It’s college students favorite holiday, and you don’t even get a two-week break with it. It’s the day where you can consume 5,000 calories and no one will tell you you’re a big gluttonous pig. It’s the day where if you sit on your couch in your pajamas all day, no one is asking any questions. It’s the best day of the year, it’s 4/20. 4/20 should be celebrated by all co-eds, if you’re a casual smoker or a true stoner, it’s a day of puffing and passing. But in college, smoking weed all day isn’t really that much of a stretch for most people. It’s basically as common as underage drinking. Sure it may be illegal, but that doesn’t stop anyone from indulging in a little late-night toke session. And who would want to miss out on the after party? They always have two things in common, drunk hook-ups and a dutchie. You’d have to be crazy to miss it for that dollar slice that tastes like cardboard. If this is your first 4/20 spent out of your parents house or it’s your last one at school, make it a good one. Plan ahead of time and be ready for an all-day smoke session. Here’s what you need in order to have the perfect 4/20.

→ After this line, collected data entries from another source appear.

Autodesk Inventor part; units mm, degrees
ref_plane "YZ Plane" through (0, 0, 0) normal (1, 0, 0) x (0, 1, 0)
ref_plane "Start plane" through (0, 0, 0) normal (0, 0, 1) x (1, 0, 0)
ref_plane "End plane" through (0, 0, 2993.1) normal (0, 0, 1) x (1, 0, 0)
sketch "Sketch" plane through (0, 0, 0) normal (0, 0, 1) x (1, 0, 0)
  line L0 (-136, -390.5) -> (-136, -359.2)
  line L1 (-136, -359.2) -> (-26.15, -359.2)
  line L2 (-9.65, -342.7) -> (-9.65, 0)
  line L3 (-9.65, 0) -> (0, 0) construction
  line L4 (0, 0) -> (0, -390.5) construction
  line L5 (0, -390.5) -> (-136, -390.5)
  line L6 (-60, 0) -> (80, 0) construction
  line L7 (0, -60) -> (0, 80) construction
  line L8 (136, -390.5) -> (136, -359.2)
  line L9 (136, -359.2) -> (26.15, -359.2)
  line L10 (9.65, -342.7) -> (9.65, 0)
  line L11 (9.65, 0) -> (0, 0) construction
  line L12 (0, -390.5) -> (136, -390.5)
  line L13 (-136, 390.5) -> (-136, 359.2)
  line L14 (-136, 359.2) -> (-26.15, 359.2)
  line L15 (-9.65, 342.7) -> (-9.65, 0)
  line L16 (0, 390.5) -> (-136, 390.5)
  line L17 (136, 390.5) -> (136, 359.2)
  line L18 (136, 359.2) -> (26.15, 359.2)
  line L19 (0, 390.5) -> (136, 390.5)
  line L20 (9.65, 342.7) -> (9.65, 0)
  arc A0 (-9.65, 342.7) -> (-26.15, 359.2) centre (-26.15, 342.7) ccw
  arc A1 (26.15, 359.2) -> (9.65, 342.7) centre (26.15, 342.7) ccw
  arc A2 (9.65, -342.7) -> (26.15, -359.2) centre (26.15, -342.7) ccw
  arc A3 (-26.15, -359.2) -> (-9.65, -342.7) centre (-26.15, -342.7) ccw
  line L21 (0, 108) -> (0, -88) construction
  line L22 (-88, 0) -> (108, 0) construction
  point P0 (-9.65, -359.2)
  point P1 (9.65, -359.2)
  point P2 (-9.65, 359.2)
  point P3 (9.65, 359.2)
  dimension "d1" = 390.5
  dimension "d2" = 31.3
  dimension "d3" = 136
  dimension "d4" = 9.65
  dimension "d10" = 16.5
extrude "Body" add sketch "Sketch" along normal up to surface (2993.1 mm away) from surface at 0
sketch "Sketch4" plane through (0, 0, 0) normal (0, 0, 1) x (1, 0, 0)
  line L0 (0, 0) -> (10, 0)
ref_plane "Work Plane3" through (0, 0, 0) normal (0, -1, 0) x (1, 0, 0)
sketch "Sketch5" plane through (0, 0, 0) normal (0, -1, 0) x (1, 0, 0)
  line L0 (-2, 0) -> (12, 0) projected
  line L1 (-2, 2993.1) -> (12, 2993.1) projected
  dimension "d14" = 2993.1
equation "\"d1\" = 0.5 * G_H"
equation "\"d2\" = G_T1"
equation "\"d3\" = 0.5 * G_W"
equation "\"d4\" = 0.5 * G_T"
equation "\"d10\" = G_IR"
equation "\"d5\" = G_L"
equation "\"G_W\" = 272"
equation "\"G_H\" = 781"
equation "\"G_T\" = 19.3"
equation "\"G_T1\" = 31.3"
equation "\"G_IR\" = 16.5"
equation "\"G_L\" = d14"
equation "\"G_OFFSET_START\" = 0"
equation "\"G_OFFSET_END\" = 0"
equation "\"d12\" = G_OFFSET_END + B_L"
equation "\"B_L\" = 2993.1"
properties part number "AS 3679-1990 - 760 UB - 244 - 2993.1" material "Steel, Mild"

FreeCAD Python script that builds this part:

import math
import FreeCAD as App
import Part
import Sketcher
from FreeCAD import Vector
Q = App.Units.Quantity

doc = App.newDocument("Part")
body = doc.addObject("PartDesign::Body", "Body")

# Sketch on XY plane
sketch1 = body.newObject("Sketcher::SketchObject", "Sketch")
sketch1.AttachmentSupport = (doc.getObject("XY_Plane"), [""])
sketch1.MapMode = "FlatFace"
sketch1.addGeometry([
    Part.LineSegment(Vector(-136, -359.2, 0), Vector(-136, -390.5, 0)),  # 0
    Part.LineSegment(Vector(-136, -390.5, 0), Vector(136, -390.5, 0)),  # 1
    Part.LineSegment(Vector(136, -390.5, 0), Vector(136, -359.2, 0)),  # 2
    Part.LineSegment(Vector(136, -359.2, 0), Vector(26.15, -359.2, 0)),  # 3
    Part.ArcOfCircle(Part.Circle(Vector(26.15, -342.7, 0), Vector(0, 0, 1), 16.5), math.radians(180), math.radians(270)),  # 4
    Part.LineSegment(Vector(9.65, -342.7, 0), Vector(9.65, 342.7, 0)),  # 5
    Part.ArcOfCircle(Part.Circle(Vector(26.15, 342.7, 0), Vector(0, 0, 1), 16.5), math.radians(90), math.radians(180)),  # 6
    Part.LineSegment(Vector(26.15, 359.2, 0), Vector(136, 359.2, 0)),  # 7
    Part.LineSegment(Vector(136, 359.2, 0), Vector(136, 390.5, 0)),  # 8
    Part.LineSegment(Vector(136, 390.5, 0), Vector(-136, 390.5, 0)),  # 9
    Part.LineSegment(Vector(-136, 390.5, 0), Vector(-136, 359.2, 0)),  # 10
    Part.LineSegment(Vector(-136, 359.2, 0), Vector(-26.15, 359.2, 0)),  # 11
    Part.ArcOfCircle(Part.Circle(Vector(-26.15, 342.7, 0), Vector(0, 0, 1), 16.5), math.radians(0), math.radians(90)),  # 12
    Part.LineSegment(Vector(-9.65, 342.7, 0), Vector(-9.65, -342.7, 0)),  # 13
    Part.ArcOfCircle(Part.Circle(Vector(-26.15, -342.7, 0), Vector(0, 0, 1), 16.5), math.radians(-90), math.radians(0)),  # 14
    Part.LineSegment(Vector(-26.15, -359.2, 0), Vector(-136, -359.2, 0)),  # 15
], False)
sketch1.addConstraint([
    Sketcher.Constraint("Coincident", 0, 2, 1, 1),
    Sketcher.Constraint("Coincident", 1, 2, 2, 1),
    Sketcher.Constraint("Coincident", 2, 2, 3, 1),
    Sketcher.Constraint("Tangent", 3, 2, 4, 2),
    Sketcher.Constraint("Tangent", 4, 1, 5, 1),
    Sketcher.Constraint("Tangent", 5, 2, 6, 2),
    Sketcher.Constraint("Tangent", 6, 1, 7, 1),
    Sketcher.Constraint("Coincident", 7, 2, 8, 1),
    Sketcher.Constraint("Coincident", 8, 2, 9, 1),
    Sketcher.Constraint("Coincident", 9, 2, 10, 1),
    Sketcher.Constraint("Coincident", 10, 2, 11, 1),
    Sketcher.Constraint("Tangent", 11, 2, 12, 2),
    Sketcher.Constraint("Tangent", 12, 1, 13, 1),
    Sketcher.Constraint("Tangent", 13, 2, 14, 2),
    Sketcher.Constraint("Tangent", 14, 1, 15, 1),
    Sketcher.Constraint("Coincident", 15, 2, 0, 1),
    Sketcher.Constraint("Vertical", 0),
    Sketcher.Constraint("Horizontal", 1),
    Sketcher.Constraint("Vertical", 2),
    Sketcher.Constraint("Horizontal", 3),
    Sketcher.Constraint("Vertical", 5),
    Sketcher.Constraint("Horizontal", 7),
    Sketcher.Constraint("Vertical", 8),
    Sketcher.Constraint("Horizontal", 9),
    Sketcher.Constraint("Vertical", 10),
    Sketcher.Constraint("Horizontal", 11),
    Sketcher.Constraint("Vertical", 13),
    Sketcher.Constraint("Horizontal", 15),
    Sketcher.Constraint("Equal", 4, 6),
    Sketcher.Constraint("Equal", 6, 12),
    Sketcher.Constraint("Equal", 12, 14),
    Sketcher.Constraint("Symmetric", 4, 3, 12, 3, -1, 1),
    Sketcher.Constraint("Symmetric", 0, 2, 8, 2, -1, 1),
    Sketcher.Constraint("Symmetric", 7, 2, 10, 2, -2),
    Sketcher.Constraint("Symmetric", 2, 2, 15, 2, -2),
    Sketcher.Constraint("Radius", 4, Q("16.5 mm")),
    Sketcher.Constraint("DistanceY", 0, 2, 0, 1, Q("31.3 mm")),
    Sketcher.Constraint("DistanceX", 0, 2, -1, 1, Q("136 mm")),
    Sketcher.Constraint("DistanceY", 0, 2, -1, 1, Q("390.5 mm")),
    Sketcher.Constraint("DistanceX", -1, 1, 4, 1, Q("9.65 mm")),
])
pad1 = body.newObject("PartDesign::Pad", "Pad")
pad1.Profile = sketch1
pad1.Length = 2993.1

doc.recompute()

Don’t be a fool and wait around until the morning of to get your most crucial supplies. Call up your shady dealer or friendly frat friend ahead of time, and secure the green. The worst feeling in all of April (besides the April Fools joke where your girlfriend told you she was pregnant) is being weed-less on the high holy day. So, check yourself before you wreck yourself and have it ready.

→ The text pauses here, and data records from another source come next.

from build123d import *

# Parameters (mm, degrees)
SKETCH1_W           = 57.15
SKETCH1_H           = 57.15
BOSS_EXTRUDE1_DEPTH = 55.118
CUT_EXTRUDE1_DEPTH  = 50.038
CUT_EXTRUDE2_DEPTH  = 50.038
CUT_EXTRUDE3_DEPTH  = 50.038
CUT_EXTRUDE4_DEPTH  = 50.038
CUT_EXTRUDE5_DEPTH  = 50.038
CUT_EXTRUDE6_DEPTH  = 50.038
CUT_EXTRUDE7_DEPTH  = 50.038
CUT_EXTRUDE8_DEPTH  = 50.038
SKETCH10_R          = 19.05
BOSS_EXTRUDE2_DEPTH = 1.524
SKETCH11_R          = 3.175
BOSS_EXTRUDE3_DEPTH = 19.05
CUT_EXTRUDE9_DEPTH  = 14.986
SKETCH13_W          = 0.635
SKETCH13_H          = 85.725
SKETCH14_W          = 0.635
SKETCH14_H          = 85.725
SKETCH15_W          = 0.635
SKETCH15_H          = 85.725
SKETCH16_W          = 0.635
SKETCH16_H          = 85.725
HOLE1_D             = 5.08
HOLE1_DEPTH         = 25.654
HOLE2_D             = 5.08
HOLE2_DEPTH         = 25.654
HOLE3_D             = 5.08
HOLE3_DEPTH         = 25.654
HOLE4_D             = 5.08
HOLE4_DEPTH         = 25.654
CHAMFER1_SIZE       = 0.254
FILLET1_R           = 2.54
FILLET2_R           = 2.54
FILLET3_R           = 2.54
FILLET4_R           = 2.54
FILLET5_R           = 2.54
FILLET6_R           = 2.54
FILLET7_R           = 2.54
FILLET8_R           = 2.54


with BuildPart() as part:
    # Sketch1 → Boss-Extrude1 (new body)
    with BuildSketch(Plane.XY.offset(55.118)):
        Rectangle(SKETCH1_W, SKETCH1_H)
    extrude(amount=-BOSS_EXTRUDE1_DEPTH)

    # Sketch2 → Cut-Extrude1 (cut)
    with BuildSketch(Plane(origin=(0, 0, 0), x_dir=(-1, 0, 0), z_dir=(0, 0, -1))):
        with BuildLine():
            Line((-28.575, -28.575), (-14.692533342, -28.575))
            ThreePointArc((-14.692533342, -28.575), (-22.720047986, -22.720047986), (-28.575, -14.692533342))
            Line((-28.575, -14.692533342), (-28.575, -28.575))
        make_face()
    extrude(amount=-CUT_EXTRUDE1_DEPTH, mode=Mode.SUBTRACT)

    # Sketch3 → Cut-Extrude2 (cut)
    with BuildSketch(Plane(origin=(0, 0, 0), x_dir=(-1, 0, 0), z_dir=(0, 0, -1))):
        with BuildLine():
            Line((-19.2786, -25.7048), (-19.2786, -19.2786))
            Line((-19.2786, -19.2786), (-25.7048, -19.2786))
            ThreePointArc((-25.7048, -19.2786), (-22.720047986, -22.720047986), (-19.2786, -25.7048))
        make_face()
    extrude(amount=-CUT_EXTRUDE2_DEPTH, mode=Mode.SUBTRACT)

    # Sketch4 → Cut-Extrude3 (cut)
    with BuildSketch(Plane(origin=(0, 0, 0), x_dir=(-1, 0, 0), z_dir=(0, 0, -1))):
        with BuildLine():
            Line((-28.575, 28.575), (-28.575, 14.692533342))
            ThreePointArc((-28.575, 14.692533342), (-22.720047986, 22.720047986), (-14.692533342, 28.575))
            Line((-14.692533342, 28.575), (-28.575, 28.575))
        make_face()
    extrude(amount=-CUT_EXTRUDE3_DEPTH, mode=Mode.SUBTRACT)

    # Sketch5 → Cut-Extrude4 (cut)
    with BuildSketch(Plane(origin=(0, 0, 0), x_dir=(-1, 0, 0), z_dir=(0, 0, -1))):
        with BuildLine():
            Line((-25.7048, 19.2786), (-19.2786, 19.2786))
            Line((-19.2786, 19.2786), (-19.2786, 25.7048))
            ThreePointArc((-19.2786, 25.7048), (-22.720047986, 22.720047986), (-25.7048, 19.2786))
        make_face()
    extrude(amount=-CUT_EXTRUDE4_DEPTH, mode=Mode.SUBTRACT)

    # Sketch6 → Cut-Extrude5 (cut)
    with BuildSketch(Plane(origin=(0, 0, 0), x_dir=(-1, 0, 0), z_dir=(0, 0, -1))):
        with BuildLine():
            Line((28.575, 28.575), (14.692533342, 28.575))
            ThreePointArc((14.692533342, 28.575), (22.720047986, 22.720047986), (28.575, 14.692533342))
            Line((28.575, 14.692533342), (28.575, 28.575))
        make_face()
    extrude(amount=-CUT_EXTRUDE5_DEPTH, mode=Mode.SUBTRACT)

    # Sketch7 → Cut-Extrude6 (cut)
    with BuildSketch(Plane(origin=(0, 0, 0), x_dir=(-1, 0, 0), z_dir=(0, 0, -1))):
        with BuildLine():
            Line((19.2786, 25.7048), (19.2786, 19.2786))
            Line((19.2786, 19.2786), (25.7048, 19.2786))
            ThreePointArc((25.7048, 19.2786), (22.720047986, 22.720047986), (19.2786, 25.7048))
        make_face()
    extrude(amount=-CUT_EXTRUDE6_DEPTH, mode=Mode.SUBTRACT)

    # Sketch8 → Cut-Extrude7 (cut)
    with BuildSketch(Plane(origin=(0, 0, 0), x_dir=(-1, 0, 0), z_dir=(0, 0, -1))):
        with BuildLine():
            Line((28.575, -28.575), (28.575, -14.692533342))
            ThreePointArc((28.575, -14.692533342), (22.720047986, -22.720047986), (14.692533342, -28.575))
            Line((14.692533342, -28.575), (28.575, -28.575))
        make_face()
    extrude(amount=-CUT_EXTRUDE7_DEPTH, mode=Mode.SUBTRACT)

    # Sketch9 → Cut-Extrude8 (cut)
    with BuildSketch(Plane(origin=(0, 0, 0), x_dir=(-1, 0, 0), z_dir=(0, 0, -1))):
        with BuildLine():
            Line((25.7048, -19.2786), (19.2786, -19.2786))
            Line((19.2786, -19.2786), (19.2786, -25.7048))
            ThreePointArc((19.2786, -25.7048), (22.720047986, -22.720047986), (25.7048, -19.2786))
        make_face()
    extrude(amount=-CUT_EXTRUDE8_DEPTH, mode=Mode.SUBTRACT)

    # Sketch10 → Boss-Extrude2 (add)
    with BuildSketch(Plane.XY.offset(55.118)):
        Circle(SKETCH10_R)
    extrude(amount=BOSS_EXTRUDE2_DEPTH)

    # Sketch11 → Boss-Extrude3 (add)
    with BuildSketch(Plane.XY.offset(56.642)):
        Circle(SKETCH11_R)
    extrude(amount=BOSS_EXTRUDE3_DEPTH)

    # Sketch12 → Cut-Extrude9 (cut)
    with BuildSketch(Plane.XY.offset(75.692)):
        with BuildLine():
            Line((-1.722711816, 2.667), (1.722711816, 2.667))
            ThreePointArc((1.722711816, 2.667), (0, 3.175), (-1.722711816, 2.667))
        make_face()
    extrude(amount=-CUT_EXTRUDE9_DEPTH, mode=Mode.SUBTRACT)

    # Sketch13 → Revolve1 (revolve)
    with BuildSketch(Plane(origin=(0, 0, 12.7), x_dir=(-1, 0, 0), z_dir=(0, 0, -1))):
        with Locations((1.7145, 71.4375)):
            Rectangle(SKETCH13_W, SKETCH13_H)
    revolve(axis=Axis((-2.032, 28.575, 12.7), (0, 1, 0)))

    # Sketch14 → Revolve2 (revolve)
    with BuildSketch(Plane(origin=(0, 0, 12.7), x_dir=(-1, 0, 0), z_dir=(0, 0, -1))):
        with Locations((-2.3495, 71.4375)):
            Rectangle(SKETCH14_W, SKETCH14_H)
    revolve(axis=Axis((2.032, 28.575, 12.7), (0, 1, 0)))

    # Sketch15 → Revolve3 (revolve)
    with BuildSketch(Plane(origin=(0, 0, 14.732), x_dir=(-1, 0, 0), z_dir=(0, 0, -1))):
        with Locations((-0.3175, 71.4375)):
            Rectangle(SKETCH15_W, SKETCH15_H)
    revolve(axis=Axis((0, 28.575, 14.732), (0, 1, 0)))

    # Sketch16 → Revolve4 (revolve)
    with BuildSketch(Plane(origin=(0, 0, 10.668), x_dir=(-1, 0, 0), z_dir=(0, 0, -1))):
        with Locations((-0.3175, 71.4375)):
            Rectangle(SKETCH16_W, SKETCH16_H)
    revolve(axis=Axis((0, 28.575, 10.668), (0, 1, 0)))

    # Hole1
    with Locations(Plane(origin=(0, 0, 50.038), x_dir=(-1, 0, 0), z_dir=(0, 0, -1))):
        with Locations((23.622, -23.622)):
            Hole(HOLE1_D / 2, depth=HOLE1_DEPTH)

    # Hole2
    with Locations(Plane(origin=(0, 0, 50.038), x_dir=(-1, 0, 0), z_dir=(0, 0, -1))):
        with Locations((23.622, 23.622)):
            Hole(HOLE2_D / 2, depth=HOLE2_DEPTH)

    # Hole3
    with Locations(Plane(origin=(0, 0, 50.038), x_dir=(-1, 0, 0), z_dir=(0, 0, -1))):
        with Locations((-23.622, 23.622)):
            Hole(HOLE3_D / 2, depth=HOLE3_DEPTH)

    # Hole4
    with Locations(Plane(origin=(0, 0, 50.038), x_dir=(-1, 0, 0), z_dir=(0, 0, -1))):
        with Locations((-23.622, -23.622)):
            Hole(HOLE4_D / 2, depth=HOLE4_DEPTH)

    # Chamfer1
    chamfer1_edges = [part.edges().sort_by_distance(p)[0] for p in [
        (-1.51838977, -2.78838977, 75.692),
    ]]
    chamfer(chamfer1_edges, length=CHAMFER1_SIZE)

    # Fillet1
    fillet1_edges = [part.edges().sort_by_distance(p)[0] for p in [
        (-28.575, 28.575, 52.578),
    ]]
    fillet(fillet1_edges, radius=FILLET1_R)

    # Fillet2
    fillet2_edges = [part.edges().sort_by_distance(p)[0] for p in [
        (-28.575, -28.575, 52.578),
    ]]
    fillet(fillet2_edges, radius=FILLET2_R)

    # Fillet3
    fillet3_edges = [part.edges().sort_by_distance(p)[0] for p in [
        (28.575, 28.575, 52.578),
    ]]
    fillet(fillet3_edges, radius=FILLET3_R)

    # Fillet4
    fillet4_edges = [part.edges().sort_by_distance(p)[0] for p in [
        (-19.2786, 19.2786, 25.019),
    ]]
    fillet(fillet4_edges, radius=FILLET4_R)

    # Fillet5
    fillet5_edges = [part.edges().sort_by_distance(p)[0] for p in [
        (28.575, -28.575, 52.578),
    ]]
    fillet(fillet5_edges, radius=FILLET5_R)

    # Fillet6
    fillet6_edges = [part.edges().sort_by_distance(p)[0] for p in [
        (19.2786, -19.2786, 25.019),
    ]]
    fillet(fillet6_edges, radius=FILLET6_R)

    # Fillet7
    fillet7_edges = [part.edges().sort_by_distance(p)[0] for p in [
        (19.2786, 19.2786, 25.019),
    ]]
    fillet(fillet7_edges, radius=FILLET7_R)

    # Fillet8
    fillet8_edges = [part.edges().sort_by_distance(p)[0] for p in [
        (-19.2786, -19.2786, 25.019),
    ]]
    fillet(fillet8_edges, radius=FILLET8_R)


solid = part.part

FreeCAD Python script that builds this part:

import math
import FreeCAD as App
import Part
import Sketcher
Q = App.Units.Quantity


def edges_at(feature, points):
    """Names of the edges that pass closest to the given points."""
    edges = feature.Shape.Edges
    near = lambda p: min(range(len(edges)), key=lambda i: edges[i].distToShape(Part.Vertex(*p))[0])
    return sorted({f"Edge{near(p) + 1}" for p in points})


def add_polygon(sketch, points):
    """Adds a closed chain of lines whose ends are joined by coincident constraints."""
    first, n = sketch.GeometryCount, len(points)
    for a, b in zip(points, points[1:] + points[:1]):
        sketch.addGeometry(Part.LineSegment(App.Vector(*a, 0), App.Vector(*b, 0)), False)
    for i in range(n):
        sketch.addConstraint(Sketcher.Constraint("Coincident", first + i, 2, first + (i + 1) % n, 1))

doc = App.newDocument("Part")
body = doc.addObject("PartDesign::Body", "Body")

# Sketch on XY plane
sketch1 = doc.addObject("Sketcher::SketchObject", "Sketch")
body.addObject(sketch1)
sketch1.AttachmentSupport = (doc.XY_Plane, [""])
sketch1.MapMode = "FlatFace"
sketch1.AttachmentOffset = App.Placement(App.Vector(0, 0, 2.17 * 25.4), App.Rotation())
add_polygon(sketch1, [(-29, 29), (-29, -29), (29, -29), (29, 29)])  # lines 0-3
sketch1.addConstraint([
    Sketcher.Constraint("Vertical", 0),
    Sketcher.Constraint("Horizontal", 1),
    Sketcher.Constraint("Vertical", 2),
    Sketcher.Constraint("Horizontal", 3),
    Sketcher.Constraint("Symmetric", 0, 2, 2, 2, -1, 1),
    Sketcher.Constraint("Equal", 3, 0),
    Sketcher.Constraint("DistanceX", 1, 1, 1, 2, Q("2.25 in")),
])
pad1 = doc.addObject("PartDesign::Pad", "Pad")
body.addObject(pad1)
pad1.Profile = sketch1
pad1.Length = Q("2.17 in")
pad1.Reversed = True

Another great idea when it comes to getting pot on 4/20 is having your buddies all throw into the 4/20 bag with you. That way, it’s not everyone throwing something in every time you pack a bong. And this way you won’t be disappointed at the end of the day when there’s nothing left in your bag. It’s 4/20, you’re supposed to smoke it all.
Papers and Paraphernalia
Make sure you are stocked up on ez-widers, games, and dutchies before you start the party. Buy them ahead of time in an assortment of sizes and flavors so you don’t have to on 4/20 stinking of pot with your eyes glazed over. If you’re not so much into rolling stuff, and you prefer bongs, bowls, or bubblers….make sure they are clean and ready for use. No one wants to hit your res-filled bong that you roommate may have thrown up in that one time.
Food (And Lots of It)
Having a stock pile of food on 4/20 is the best piece of advice I can give you. Don’t hold back and get Baked Lays or Sun Chips. Go for the XL bag of Cheetos and the white cheddar popcorn. And if you’re a baller, do yourself a favor and go buy Stouffer’s family size mac and cheese, now. Right now. It will feed you and your friends, and it’s fucking amazing. Also have on hand delivery menus and a variety of drinks. One of the best things about college is that everywhere delivers so take advantage.
A Safe Place
Celebrating 4/20 in your dorm room or in your first floor apartment might not be the best of ideas. You don’t want to ruin your high by worrying about cops all day and the prospect if they DO come they will take your beloved Illadelph. So find a safe place to go. Stay away from apartment buildings and anywhere on campus. Frats and houses off-campus are a good idea, there won’t be anyone sneaking around or sniffing you out.
A Good Attitude
Don’t come around on 4/20 acting paranoid and freaking out that you might be hallucinating from these headies. No one wants to deal with an amateur weed-smoker on the best day of the year, so if you can’t handle it: don’t make a scene, just leave. Get the hell out before you tell everyone you heard a knock on the door and you swear it was the cops. This is day for relaxation, watching South Park, and being so high you feel like your ears are bleeding. So chill out, have fun, and puff, puff, pass.